Studies that validated the accuracy of HemoTypeSC reported a sensitivity of 94.4 to 100% and specificity of 99.9 to 100% in multicentre studies conducted in Ghana, Martinique and the USA and a separate study in Nigeria [25, 27]. Therefore, our study findings may be a true representation of the actual haemoglobin types found in the participants considering the high sensitivity of the test. Considering that Namibia is a vast country with centralized laboratories which are from health facilities and limited laboratory personnel, the HemotypeSC is a potential tool for newborn screening for sickle cell disease also a cheap test for diagnosing SCD in symptomatic patients; children and adults alike. Health personnel can be trained at low-level facilities and perform the test and provide results at the one visit avoiding loss to follow up associated with centralized laboratory testing. The current test for diagnosing symptomatic patients, haemoglobin electrophoresis, has a turnaround time of between 7 to 14 days, requires highly skilled personnel and is much more expensive, costing between US$ 90 to US$200, which is 19–100 times more expensive than HemotypeSC, which costs between US$ 2 and US$5 [28].
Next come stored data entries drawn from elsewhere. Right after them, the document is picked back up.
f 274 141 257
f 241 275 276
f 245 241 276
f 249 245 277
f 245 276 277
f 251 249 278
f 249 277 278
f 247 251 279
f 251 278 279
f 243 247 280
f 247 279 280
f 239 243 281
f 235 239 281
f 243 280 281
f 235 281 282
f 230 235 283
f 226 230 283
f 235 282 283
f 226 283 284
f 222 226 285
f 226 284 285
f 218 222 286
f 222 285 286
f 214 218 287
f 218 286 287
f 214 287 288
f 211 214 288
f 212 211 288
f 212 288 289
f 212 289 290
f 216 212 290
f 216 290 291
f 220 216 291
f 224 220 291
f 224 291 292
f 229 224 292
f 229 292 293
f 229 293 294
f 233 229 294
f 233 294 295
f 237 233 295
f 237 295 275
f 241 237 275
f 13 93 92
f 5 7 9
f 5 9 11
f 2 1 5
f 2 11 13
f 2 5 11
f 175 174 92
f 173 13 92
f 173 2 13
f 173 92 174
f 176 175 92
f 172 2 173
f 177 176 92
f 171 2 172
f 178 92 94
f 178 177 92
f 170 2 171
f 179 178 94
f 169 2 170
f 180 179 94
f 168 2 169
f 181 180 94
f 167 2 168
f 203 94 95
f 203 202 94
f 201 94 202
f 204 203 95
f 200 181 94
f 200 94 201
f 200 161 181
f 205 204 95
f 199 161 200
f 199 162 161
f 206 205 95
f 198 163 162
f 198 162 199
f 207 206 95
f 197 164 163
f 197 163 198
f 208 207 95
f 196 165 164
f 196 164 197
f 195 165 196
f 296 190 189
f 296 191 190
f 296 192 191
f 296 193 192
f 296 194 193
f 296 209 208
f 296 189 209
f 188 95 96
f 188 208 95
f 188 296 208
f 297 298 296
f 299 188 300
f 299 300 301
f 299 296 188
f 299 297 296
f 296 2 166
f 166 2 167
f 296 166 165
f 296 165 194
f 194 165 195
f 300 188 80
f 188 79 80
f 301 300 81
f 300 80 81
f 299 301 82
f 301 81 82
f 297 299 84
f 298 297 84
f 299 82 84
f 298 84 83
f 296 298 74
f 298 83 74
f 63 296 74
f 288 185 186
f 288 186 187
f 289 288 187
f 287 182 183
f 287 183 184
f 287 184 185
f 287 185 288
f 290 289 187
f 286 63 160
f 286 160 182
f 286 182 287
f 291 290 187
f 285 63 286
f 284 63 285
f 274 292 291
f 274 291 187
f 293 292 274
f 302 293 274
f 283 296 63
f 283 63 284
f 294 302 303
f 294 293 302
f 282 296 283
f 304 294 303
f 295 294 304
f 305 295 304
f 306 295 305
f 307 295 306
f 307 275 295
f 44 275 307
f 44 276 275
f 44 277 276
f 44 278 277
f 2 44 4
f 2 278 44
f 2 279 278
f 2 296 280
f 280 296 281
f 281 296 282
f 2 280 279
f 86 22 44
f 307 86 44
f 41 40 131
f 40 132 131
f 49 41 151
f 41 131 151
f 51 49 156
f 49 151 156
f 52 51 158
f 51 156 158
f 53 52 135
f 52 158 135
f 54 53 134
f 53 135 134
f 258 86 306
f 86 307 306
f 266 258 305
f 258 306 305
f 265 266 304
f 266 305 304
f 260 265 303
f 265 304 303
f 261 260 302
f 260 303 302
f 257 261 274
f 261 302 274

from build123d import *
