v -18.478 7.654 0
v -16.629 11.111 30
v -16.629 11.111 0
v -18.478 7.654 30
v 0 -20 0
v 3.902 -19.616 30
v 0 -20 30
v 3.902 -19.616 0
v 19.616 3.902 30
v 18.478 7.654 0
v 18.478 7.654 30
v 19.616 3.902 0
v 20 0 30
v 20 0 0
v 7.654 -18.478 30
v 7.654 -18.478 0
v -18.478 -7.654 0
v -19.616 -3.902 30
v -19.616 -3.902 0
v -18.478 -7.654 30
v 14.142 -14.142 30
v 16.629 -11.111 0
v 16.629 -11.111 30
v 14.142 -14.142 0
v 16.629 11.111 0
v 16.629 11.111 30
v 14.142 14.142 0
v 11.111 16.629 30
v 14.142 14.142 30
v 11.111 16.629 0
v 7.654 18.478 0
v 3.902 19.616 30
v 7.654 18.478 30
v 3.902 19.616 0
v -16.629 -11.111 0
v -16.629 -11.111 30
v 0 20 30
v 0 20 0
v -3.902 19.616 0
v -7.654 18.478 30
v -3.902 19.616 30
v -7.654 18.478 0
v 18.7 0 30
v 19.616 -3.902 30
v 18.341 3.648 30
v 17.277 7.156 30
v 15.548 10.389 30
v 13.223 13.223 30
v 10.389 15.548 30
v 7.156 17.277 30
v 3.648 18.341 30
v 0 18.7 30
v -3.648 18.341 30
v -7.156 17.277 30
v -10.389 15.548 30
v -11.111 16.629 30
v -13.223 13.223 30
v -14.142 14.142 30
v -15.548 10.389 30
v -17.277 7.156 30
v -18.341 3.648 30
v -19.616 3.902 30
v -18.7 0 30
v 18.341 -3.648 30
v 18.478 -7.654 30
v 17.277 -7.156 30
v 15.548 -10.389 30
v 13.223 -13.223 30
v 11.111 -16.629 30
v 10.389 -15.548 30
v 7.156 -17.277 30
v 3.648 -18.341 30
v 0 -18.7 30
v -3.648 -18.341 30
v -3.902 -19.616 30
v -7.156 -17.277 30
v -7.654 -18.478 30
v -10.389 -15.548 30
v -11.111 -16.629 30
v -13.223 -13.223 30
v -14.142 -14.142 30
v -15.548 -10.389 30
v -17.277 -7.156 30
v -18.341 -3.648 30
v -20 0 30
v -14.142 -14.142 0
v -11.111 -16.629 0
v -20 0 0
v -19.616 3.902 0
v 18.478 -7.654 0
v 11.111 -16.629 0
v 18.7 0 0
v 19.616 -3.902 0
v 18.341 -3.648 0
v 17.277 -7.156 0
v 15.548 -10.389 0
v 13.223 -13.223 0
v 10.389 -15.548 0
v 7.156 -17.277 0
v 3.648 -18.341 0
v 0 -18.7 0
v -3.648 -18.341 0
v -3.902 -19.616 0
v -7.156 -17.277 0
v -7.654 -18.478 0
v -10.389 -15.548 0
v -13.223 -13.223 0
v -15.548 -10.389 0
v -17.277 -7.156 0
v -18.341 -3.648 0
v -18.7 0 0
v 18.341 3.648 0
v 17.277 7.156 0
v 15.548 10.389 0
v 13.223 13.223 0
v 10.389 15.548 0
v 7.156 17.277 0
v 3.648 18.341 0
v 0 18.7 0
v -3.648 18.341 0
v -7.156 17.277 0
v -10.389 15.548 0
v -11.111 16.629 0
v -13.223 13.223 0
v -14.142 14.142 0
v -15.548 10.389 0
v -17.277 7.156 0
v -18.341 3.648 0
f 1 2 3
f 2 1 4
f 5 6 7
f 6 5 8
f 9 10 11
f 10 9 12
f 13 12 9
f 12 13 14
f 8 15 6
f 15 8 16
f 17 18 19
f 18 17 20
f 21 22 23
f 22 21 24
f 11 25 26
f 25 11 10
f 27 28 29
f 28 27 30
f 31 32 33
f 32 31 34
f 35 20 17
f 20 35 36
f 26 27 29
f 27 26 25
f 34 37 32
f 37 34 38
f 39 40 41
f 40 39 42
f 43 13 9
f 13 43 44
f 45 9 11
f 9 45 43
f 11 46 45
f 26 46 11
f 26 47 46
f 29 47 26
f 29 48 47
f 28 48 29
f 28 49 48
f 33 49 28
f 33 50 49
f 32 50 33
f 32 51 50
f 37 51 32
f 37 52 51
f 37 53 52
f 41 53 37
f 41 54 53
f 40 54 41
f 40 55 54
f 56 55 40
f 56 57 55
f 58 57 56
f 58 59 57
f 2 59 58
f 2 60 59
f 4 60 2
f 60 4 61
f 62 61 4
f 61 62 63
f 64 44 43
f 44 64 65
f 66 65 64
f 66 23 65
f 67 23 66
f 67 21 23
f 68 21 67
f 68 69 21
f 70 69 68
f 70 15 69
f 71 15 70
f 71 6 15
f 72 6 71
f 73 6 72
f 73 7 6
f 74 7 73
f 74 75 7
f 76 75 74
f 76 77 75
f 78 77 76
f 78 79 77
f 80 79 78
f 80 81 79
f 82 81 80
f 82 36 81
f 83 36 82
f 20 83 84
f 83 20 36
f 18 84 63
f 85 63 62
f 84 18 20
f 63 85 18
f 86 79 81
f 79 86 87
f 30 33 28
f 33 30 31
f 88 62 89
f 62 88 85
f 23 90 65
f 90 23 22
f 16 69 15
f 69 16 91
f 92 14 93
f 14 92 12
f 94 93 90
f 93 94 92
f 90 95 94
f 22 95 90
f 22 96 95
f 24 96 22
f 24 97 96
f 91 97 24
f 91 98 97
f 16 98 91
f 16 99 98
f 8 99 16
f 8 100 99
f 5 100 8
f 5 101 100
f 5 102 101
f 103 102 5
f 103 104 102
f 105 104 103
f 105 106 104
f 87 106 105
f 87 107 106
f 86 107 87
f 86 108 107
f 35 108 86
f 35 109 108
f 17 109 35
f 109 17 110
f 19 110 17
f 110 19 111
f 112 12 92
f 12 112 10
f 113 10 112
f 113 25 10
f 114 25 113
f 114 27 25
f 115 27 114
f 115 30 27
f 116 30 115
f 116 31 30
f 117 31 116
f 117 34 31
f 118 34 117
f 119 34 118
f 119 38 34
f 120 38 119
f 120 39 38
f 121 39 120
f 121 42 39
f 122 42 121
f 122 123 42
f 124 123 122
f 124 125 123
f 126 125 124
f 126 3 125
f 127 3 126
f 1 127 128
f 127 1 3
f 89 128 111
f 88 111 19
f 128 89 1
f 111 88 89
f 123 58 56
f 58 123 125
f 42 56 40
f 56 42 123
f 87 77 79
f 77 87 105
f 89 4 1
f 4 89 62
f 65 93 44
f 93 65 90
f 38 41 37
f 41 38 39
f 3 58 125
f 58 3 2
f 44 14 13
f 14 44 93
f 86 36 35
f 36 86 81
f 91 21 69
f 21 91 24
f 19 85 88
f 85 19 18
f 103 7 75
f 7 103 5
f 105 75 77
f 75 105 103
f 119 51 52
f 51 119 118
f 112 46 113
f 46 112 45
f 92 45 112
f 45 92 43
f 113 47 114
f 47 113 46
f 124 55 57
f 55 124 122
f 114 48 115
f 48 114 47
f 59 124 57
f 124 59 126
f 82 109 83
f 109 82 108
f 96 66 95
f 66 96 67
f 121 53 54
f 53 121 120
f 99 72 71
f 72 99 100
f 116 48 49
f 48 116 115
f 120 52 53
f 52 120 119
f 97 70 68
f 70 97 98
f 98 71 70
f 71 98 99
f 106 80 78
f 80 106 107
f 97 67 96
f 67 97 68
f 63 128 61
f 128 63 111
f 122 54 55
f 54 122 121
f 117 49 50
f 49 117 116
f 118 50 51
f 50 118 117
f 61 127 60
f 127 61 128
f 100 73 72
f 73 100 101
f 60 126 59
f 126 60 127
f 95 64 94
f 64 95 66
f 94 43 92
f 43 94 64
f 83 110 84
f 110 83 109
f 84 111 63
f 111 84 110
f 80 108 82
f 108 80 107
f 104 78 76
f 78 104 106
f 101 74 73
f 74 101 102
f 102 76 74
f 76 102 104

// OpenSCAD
$fn = 32;

// ----------------------------------------------------------------------
// Thin tube: 1.3 mm wall
// ----------------------------------------------------------------------

// --- parameters (mm) ---
tube_od = 40;             // outer diameter
tube_h = 30;              // height, Z
wall = 1.3;               // wall thickness

difference() {
  cylinder(h = tube_h, d = tube_od);
  translate([0, 0, -1]) cylinder(h = tube_h + 2, d = tube_od - 2 * wall);
}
The main issue remaining is whether or not validation is required for the Namibia population. This study was carried out with the background of the test having been validated in several studies showing high sensitivity and specificity [27, 31,32,33]. Perhaps the absence of detection of homozygous HbSS may raise the need for confirmatory tests in future studies prior to the introduction of NBS in Namibia.

Limitations of the study

The limitation of this study is that, the study was only carried out at one facility, yet the Kavango region has two district hospitals and some health centres that provide maternity care. In addition, participants with sickle cell disease might have been missed because they were born outside the health facility. Additionally, patients excluded from the study could have been carriers or have sickle cell disease. Therefore selection bias could have contributed to the results of the study. Future studies should therefore expand the facilities and consider community- based NBS and include all newborn babies regardless of gestational age to obtain an accurate representative birth prevalence of SCD and SCT in Namibia. Finally, our study reported on the level of maternal education which in some countries and cultures, greater education sometimes correlates with better information about genetics of sickle cell disease so that women avoid a mate with sickle trait or HbC trait and therefore skew their offspring toward fewer births with sickle cell disease [52,53,54]. However we did not correlate level of education and uptake of newborn screening. Future studies could consider level of education, knowledge on SCD genetics and choice of mate.

Conclusion

In conclusion the research serves as a foundation for future efforts to combat sickle cell disease in Namibia. There was a moderate prevalence of sickle cell trait and the estimated sickle cell disease birth prevalence. It underscores the importance of early screening accurate diagnostic tools which are affordable and easy to use. The HemoTypeSC is an inexpensive test, accurate, and rapid point‐of‐care test that can be used in resource‐limited regions to provide timely diagnosis and support newborn screening programs. Compared to higher income countries offering universal NBS screening for SCD, some questions, such as like ‘Should Namibia consider investing in universal newborn screening or targeted NBS for SCD? NBS is a key standard of care for SCD, as it enables early identification of SCD to allow early access to disease- modifying treatments, infection prophylaxis, and augmented vaccinations to minimise complications that can cause serious disability/reduced reduce quality of life and /or premature death.